ASSIGNED TASK - In the records that follow, the lines from the one containing "face CYL(AX(P(0,96,0),D(0,-1,0),D(0,0,1)),5.25) ~[-e13" to the one containing "face CYL(AX(P(0,87,0),D(0,-1,0),D(0,0,1)),5.25) ~[e27", inclusive, are to be given again exactly.

--------------------

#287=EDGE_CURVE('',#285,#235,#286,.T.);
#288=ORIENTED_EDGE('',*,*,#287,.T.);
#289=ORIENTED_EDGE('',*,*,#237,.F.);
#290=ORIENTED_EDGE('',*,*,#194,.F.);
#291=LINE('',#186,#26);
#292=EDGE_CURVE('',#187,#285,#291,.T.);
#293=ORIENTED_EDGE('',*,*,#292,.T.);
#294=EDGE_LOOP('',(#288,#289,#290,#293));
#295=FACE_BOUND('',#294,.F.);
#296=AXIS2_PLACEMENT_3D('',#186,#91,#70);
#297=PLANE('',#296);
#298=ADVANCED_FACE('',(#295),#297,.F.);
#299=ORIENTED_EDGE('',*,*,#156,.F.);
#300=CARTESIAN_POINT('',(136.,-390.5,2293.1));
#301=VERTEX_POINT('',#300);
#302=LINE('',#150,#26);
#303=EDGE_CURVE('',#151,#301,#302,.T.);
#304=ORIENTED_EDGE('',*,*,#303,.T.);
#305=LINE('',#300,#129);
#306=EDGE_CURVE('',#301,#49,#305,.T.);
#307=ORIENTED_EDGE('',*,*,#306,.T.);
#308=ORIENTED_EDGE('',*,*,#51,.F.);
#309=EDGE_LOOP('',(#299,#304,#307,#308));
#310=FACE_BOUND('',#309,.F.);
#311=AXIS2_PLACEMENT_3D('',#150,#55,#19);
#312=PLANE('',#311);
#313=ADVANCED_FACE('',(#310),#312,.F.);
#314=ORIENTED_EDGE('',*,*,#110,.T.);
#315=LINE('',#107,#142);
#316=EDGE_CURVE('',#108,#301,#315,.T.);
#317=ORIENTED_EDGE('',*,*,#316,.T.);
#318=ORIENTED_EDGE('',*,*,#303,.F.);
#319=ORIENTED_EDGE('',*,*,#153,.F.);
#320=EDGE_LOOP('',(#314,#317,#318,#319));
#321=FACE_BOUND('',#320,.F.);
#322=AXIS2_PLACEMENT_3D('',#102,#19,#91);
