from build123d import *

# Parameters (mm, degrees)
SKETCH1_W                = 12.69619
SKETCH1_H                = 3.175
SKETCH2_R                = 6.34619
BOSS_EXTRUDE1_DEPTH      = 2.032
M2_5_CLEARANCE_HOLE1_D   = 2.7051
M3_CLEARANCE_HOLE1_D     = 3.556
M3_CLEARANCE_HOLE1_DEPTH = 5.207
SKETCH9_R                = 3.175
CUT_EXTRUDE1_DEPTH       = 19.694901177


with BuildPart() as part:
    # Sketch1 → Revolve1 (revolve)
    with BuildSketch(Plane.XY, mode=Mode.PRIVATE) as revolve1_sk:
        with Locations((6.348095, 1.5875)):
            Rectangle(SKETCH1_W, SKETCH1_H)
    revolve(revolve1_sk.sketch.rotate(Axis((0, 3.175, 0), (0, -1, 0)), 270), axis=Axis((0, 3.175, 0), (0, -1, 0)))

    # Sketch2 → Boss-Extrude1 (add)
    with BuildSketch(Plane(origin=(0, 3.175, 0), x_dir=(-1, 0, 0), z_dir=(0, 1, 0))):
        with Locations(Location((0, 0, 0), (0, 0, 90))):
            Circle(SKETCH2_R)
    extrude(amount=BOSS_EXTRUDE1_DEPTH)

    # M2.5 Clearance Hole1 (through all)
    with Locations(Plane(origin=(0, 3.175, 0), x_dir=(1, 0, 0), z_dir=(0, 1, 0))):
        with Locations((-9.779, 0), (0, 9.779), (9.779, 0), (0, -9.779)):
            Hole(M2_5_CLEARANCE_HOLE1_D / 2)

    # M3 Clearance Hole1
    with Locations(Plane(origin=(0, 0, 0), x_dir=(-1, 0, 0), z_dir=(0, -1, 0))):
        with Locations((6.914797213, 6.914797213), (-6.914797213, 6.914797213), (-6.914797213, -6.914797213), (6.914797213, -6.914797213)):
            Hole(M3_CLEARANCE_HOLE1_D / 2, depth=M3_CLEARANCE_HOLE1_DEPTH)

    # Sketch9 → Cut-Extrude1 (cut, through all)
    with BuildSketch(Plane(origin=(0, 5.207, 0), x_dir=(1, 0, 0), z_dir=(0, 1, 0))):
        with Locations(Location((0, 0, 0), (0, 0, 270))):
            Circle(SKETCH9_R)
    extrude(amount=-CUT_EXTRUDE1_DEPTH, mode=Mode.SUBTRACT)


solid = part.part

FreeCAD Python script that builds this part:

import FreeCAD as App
import Part
import Sketcher
Q = App.Units.Quantity


def add_polygon(sketch, points):
    """Adds a closed chain of lines whose ends are joined by coincident constraints."""
    first, n = sketch.GeometryCount, len(points)
    for a, b in zip(points, points[1:] + points[:1]):
        sketch.addGeometry(Part.LineSegment(App.Vector(*a, 0), App.Vector(*b, 0)), False)
    for i in range(n):
        sketch.addConstraint(Sketcher.Constraint("Coincident", first + i, 2, first + (i + 1) % n, 1))

doc = App.newDocument("Part")
params = doc.addObject("Spreadsheet::Sheet", "Params")
for row, (alias, value) in enumerate([
    ("sketch1_height", "0.125 in"),
    ("revolution_angle", "360 deg"),
    ("pad1_length", "0.08 in"),
    ("hole_diameter", "0.1065 in"),
    ("sketch4_diameter", "0.14 in"),
    ("hole2_diameter", "0.14 in"),
    ("hole2_depth", "0.205 in"),
    ("sketch5_diameter", "0.25 in"),
], start=1):
    params.set(f"A{row}", alias)
    params.set(f"B{row}", "=" + value)
    params.setAlias(f"B{row}", alias)

body = doc.addObject("PartDesign::Body", "Body")

# Sketch on XY plane
sketch1 = doc.addObject("Sketcher::SketchObject", "Sketch")
body.addObject(sketch1)
sketch1.AttachmentSupport = (doc.XY_Plane, [""])
sketch1.MapMode = "FlatFace"
add_polygon(sketch1, [(0, 3.2), (0, 0), (12.7, 0), (12.7, 3.2)])  # lines 0-3
sketch1.addConstraint([
    Sketcher.Constraint("Vertical", 0),
    Sketcher.Constraint("Horizontal", 1),
    Sketcher.Constraint("Vertical", 2),
    Sketcher.Constraint("Horizontal", 3),
    Sketcher.Constraint("Coincident", 0, 2, -1, 1),
    Sketcher.Constraint("DistanceY", 0, 2, 0, 1, Q("0.125 in")),
    Sketcher.Constraint("DistanceX", 1, 1, 1, 2, 12.69619),
])
sketch1.setExpression("Constraints[9]", "Params.sketch1_height")
revolution = doc.addObject("PartDesign::Revolution", "Revolution")
body.addObject(revolution)
revolution.Profile = sketch1
revolution.ReferenceAxis = (sketch1, ["V_Axis"])
revolution.setExpression("Angle", "Params.revolution_angle")

# Sketch on XZ plane
sketch2 = doc.addObject("Sketcher::SketchObject", "Sketch001")
body.addObject(sketch2)
sketch2.AttachmentSupport = (doc.XZ_Plane, [""])
sketch2.MapMode = "FlatFace"
sketch2.AttachmentOffset = App.Placement(App.Vector(0, 0, -0.125 * 25.4), App.Rotation())
sketch2.addGeometry(Part.Circle(App.Vector(0, 0, 0), App.Vector(0, 0, 1), 6), False)
sketch2.addConstraint([
    Sketcher.Constraint("Coincident", 0, 3, -1, 1),
    Sketcher.Constraint("Diameter", 0, Q("0.4997 in")),
])
pad1 = doc.addObject("PartDesign::Pad", "Pad")
body.addObject(pad1)
pad1.Profile = sketch2
pad1.setExpression("Length", "Params.pad1_length")
pad1.Reversed = True

# Sketch on XZ plane
sketch3 = doc.addObject("Sketcher::SketchObject", "Sketch002")
body.addObject(sketch3)
sketch3.AttachmentSupport = (doc.XZ_Plane, [""])
sketch3.MapMode = "FlatFace"
sketch3.AttachmentOffset = App.Placement(App.Vector(0, 0, -0.125 * 25.4), App.Rotation())
sketch3.addGeometry([
    Part.Circle(App.Vector(-9.8, 0, 0), App.Vector(0, 0, 1), 1.4),
    Part.Circle(App.Vector(0, -9.8, 0), App.Vector(0, 0, 1), 1.4),
    Part.Circle(App.Vector(9.8, 0, 0), App.Vector(0, 0, 1), 1.4),
    Part.Circle(App.Vector(0, 9.8, 0), App.Vector(0, 0, 1), 1.4),
], False)
sketch3.addConstraint([
    Sketcher.Constraint("Equal", 0, 1),
    Sketcher.Constraint("Equal", 1, 2),
    Sketcher.Constraint("Equal", 2, 3),
    Sketcher.Constraint("Symmetric", 0, 3, 2, 3, -1, 1),
    Sketcher.Constraint("Symmetric", 1, 3, 3, 3, -1, 1),
    Sketcher.Constraint("PointOnObject", 0, 3, -1),
    Sketcher.Constraint("PointOnObject", 1, 3, -2),
    Sketcher.Constraint("Diameter", 0, Q("0.1065 in")),
    Sketcher.Constraint("DistanceX", 0, 3, 2, 3, Q("0.77 in")),
    Sketcher.Constraint("DistanceY", 1, 3, 3, 3, Q("0.77 in")),
])
doc.recompute()
hole = doc.addObject("PartDesign::Hole", "Hole")
body.addObject(hole)
hole.Profile = sketch3
hole.ThreadType = "None"
hole.setExpression("Diameter", "Params.hole_diameter")
hole.DepthType = "ThroughAll"
hole.Reversed = True

# Sketch on XZ plane
sketch4 = doc.addObject("Sketcher::SketchObject", "Sketch003")
body.addObject(sketch4)
sketch4.AttachmentSupport = (doc.XZ_Plane, [""])
sketch4.MapMode = "FlatFace"
sketch4.addGeometry([
    Part.Circle(App.Vector(-6.9, -6.9, 0), App.Vector(0, 0, 1), 1.8),
    Part.Circle(App.Vector(6.9, -6.9, 0), App.Vector(0, 0, 1), 1.8),
    Part.Circle(App.Vector(6.9, 6.9, 0), App.Vector(0, 0, 1), 1.8),
    Part.Circle(App.Vector(-6.9, 6.9, 0), App.Vector(0, 0, 1), 1.8),
], False)
sketch4.addConstraint([
    Sketcher.Constraint("Equal", 0, 1),
    Sketcher.Constraint("Equal", 1, 2),
    Sketcher.Constraint("Equal", 2, 3),
    Sketcher.Constraint("Symmetric", 0, 3, 2, 3, -1, 1),
    Sketcher.Constraint("Symmetric", 1, 3, 3, 3, -1, 1),
    Sketcher.Constraint("Symmetric", 0, 3, 1, 3, -2),
    Sketcher.Constraint("Diameter", 0, Q("0.14 in")),
    Sketcher.Constraint("DistanceX", 0, 3, -1, 1, 6.914797),
    Sketcher.Constraint("DistanceY", 0, 3, -1, 1, 6.914797),
])
sketch4.setExpression("Constraints[6]", "Params.sketch4_diameter")
doc.recompute()
hole2 = doc.addObject("PartDesign::Hole", "Hole001")
body.addObject(hole2)
hole2.Profile = sketch4
hole2.ThreadType = "None"
hole2.setExpression("Diameter", "Params.hole2_diameter")
hole2.DepthType = "Dimension"
hole2.setExpression("Depth", "Params.hole2_depth")
hole2.DrillPoint = "Flat"

# Sketch on XZ plane
sketch5 = doc.addObject("Sketcher::SketchObject", "Sketch004")
body.addObject(sketch5)
sketch5.AttachmentSupport = (doc.XZ_Plane, [""])
sketch5.MapMode = "FlatFace"
sketch5.AttachmentOffset = App.Placement(App.Vector(0, 0, -0.205 * 25.4), App.Rotation())
sketch5.addGeometry(Part.Circle(App.Vector(0, 0, 0), App.Vector(0, 0, 1), 3.2), False)
sketch5.addConstraint([
    Sketcher.Constraint("Coincident", 0, 3, -1, 1),
    Sketcher.Constraint("Diameter", 0, Q("0.25 in")),
])
sketch5.setExpression("Constraints[1]", "Params.sketch5_diameter")
pocket1 = doc.addObject("PartDesign::Pocket", "Pocket")
body.addObject(pocket1)
pocket1.Profile = sketch5
pocket1.Type = "ThroughAll"
pocket1.Reversed = True

doc.recompute()
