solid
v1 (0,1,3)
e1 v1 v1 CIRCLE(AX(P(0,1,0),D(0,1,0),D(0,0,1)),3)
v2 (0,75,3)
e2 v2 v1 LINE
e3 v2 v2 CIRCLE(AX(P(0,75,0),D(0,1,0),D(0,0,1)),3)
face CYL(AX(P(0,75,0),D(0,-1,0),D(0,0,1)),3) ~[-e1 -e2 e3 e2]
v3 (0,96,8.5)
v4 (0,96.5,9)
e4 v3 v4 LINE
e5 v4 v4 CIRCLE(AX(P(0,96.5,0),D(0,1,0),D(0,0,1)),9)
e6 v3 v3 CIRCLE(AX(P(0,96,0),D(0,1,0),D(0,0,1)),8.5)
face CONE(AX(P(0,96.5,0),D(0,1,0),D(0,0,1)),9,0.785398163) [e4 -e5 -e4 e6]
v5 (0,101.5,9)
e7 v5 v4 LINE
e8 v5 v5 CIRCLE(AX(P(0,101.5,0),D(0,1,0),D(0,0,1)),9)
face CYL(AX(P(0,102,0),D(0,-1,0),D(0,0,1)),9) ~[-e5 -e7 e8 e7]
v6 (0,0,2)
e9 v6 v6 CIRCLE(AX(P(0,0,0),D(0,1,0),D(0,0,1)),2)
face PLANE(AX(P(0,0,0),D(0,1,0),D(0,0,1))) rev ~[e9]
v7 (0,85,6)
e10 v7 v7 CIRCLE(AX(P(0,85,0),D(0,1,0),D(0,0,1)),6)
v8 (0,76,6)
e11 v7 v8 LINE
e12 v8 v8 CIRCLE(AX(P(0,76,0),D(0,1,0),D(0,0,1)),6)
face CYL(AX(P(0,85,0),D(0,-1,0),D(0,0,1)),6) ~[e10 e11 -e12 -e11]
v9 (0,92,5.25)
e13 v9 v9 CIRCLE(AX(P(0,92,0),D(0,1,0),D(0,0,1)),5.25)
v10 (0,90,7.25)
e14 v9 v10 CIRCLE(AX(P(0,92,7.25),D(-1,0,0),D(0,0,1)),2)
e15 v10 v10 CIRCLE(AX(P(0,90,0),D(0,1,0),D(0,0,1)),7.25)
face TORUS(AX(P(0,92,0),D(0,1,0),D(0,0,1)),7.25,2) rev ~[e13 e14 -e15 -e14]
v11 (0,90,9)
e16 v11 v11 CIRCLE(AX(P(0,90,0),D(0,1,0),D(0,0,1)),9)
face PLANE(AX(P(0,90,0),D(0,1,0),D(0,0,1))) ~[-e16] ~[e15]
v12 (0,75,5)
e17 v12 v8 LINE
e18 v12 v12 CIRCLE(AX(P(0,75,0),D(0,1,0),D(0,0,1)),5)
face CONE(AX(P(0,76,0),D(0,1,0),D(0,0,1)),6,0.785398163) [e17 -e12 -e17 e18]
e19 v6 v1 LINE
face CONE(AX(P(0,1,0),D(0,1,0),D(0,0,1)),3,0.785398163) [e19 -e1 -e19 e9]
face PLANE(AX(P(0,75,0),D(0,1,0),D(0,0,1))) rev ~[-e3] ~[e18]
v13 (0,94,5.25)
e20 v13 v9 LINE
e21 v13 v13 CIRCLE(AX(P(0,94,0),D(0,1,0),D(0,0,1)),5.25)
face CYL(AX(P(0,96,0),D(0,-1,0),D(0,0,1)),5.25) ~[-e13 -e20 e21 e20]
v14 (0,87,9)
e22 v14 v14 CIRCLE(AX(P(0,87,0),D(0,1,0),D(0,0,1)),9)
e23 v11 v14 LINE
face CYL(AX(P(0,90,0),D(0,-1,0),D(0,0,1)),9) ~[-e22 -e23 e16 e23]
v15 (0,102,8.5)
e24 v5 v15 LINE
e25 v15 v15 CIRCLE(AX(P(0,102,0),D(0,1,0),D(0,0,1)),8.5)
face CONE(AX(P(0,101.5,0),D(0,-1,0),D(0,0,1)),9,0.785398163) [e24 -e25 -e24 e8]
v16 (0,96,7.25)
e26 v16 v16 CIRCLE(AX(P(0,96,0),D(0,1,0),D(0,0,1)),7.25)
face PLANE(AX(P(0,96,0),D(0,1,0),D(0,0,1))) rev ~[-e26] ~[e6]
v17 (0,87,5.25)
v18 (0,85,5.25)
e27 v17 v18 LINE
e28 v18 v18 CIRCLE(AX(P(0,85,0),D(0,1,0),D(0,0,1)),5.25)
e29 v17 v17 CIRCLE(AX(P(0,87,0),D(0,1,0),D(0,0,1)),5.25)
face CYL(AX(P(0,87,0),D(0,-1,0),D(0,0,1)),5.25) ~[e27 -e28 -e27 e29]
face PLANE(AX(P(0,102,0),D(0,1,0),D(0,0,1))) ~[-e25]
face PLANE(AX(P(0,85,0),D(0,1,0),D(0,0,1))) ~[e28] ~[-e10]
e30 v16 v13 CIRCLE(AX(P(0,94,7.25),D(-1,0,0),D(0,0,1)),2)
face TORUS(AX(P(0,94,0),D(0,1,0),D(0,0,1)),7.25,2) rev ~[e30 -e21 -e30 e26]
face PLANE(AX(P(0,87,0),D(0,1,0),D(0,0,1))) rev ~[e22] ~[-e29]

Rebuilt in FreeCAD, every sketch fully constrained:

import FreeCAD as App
import Part
import Sketcher
Q = App.Units.Quantity


def edges_at(feature, points):
    """Names of the edges that pass closest to the given points."""
    edges = feature.Shape.Edges
    near = lambda p: min(range(len(edges)), key=lambda i: edges[i].distToShape(Part.Vertex(*p))[0])
    return sorted({f"Edge{near(p) + 1}" for p in points})


def add_polygon(sketch, points):
    """Adds a closed chain of lines whose ends are joined by coincident constraints."""
    first, n = sketch.GeometryCount, len(points)
    for a, b in zip(points, points[1:] + points[:1]):
        sketch.addGeometry(Part.LineSegment(App.Vector(*a, 0), App.Vector(*b, 0)), False)
    for i in range(n):
        sketch.addConstraint(Sketcher.Constraint("Coincident", first + i, 2, first + (i + 1) % n, 1))

doc = App.newDocument("Part")
body = doc.addObject("PartDesign::Body", "Body")

# Sketch on YZ plane
sketch1 = body.newObject("Sketcher::SketchObject", "Sketch")
sketch1.AttachmentSupport = (doc.getObject("YZ_Plane"), [""])
sketch1.MapMode = "FlatFace"
add_polygon(sketch1, [(0, 3), (0, 0), (102, 0), (102, 9), (96, 9), (96, 5.2), (90, 5.2), (90, 9), (87, 9), (87, 5.2), (85, 5.2), (85, 6), (75, 6), (75, 3)])  # lines 0-13
sketch1.addConstraint([
    Sketcher.Constraint("Vertical", 0),
    Sketcher.Constraint("Horizontal", 1),
    Sketcher.Constraint("Vertical", 2),
    Sketcher.Constraint("Horizontal", 3),
    Sketcher.Constraint("Vertical", 4),
    Sketcher.Constraint("Horizontal", 5),
    Sketcher.Constraint("Vertical", 6),
    Sketcher.Constraint("Horizontal", 7),
    Sketcher.Constraint("Vertical", 8),
    Sketcher.Constraint("Horizontal", 9),
    Sketcher.Constraint("Vertical", 10),
    Sketcher.Constraint("Horizontal", 11),
    Sketcher.Constraint("Vertical", 12),
    Sketcher.Constraint("Horizontal", 13),
    Sketcher.Constraint("Coincident", 0, 2, -1, 1),
    Sketcher.Constraint("Horizontal", 3, 2, 6, 2),
    Sketcher.Constraint("Horizontal", 5, 2, 8, 2),
    Sketcher.Constraint("Equal", 3, 5),
    Sketcher.Constraint("Equal", 7, 0),
    Sketcher.Constraint("Equal", 0, 12),
    Sketcher.Constraint("DistanceX", 3, 2, 3, 1, Q("6 mm")),
    Sketcher.Constraint("DistanceX", 7, 2, 7, 1, Q("3 mm")),
    Sketcher.Constraint("DistanceX", 9, 2, 9, 1, Q("2 mm")),
    Sketcher.Constraint("DistanceX", 11, 2, 11, 1, Q("10 mm")),
    Sketcher.Constraint("DistanceX", 13, 2, 13, 1, Q("75 mm")),
    Sketcher.Constraint("DistanceY", 10, 2, 7, 2, Q("3 mm")),
    Sketcher.Constraint("DistanceY", 4, 2, 4, 1, Q("3.75 mm")),
])
revolution = body.newObject("PartDesign::Revolution", "Revolution")
revolution.Profile = sketch1
revolution.ReferenceAxis = (sketch1, ["H_Axis"])
revolution.Angle = 360
doc.recompute()

chamfer = body.newObject("PartDesign::Chamfer", "Chamfer")
chamfer.Base = (revolution, edges_at(revolution, [(0, 0, -3)]))
chamfer.Size = 1
doc.recompute()

chamfer2 = body.newObject("PartDesign::Chamfer", "Chamfer001")
chamfer2.Base = (chamfer, edges_at(chamfer, [(0, 75, -6)]))
chamfer2.Size = 1
doc.recompute()

chamfer3 = body.newObject("PartDesign::Chamfer", "Chamfer002")
chamfer3.Base = (chamfer2, edges_at(chamfer2, [(0, 102, -9), (0, 96, -9)]))
chamfer3.Size = 0.5
doc.recompute()

fillet = body.newObject("PartDesign::Fillet", "Fillet")
fillet.Base = (chamfer3, edges_at(chamfer3, [(0, 90, -5.25), (0, 96, -5.25)]))
fillet.Radius = 2

doc.recompute()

--------------------

EXERCISE RESULT -
face CYL(AX(P(0,96,0),D(0,-1,0),D(0,0,1)),5.25) ~[-e13 -e20 e21 e20]
v14 (0,87,9)
e22 v14 v14 CIRCLE(AX(P(0,87,0),D(0,1,0),D(0,0,1)),9)
e23 v11 v14 LINE
face CYL(AX(P(0,90,0),D(0,-1,0),D(0,0,1)),9) ~[-e22 -e23 e16 e23]
v15 (0,102,8.5)
e24 v5 v15 LINE
e25 v15 v15 CIRCLE(AX(P(0,102,0),D(0,1,0),D(0,0,1)),8.5)
face CONE(AX(P(0,101.5,0),D(0,-1,0),D(0,0,1)),9,0.785398163) [e24 -e25 -e24 e8]
v16 (0,96,7.25)
e26 v16 v16 CIRCLE(AX(P(0,96,0),D(0,1,0),D(0,0,1)),7.25)
face PLANE(AX(P(0,96,0),D(0,1,0),D(0,0,1))) rev ~[-e26] ~[e6]
v17 (0,87,5.25)
v18 (0,85,5.25)
e27 v17 v18 LINE
e28 v18 v18 CIRCLE(AX(P(0,85,0),D(0,1,0),D(0,0,1)),5.25)
e29 v17 v17 CIRCLE(AX(P(0,87,0),D(0,1,0),D(0,0,1)),5.25)
face CYL(AX(P(0,87,0),D(0,-1,0),D(0,0,1)),5.25) ~[e27 -e28 -e27 e29]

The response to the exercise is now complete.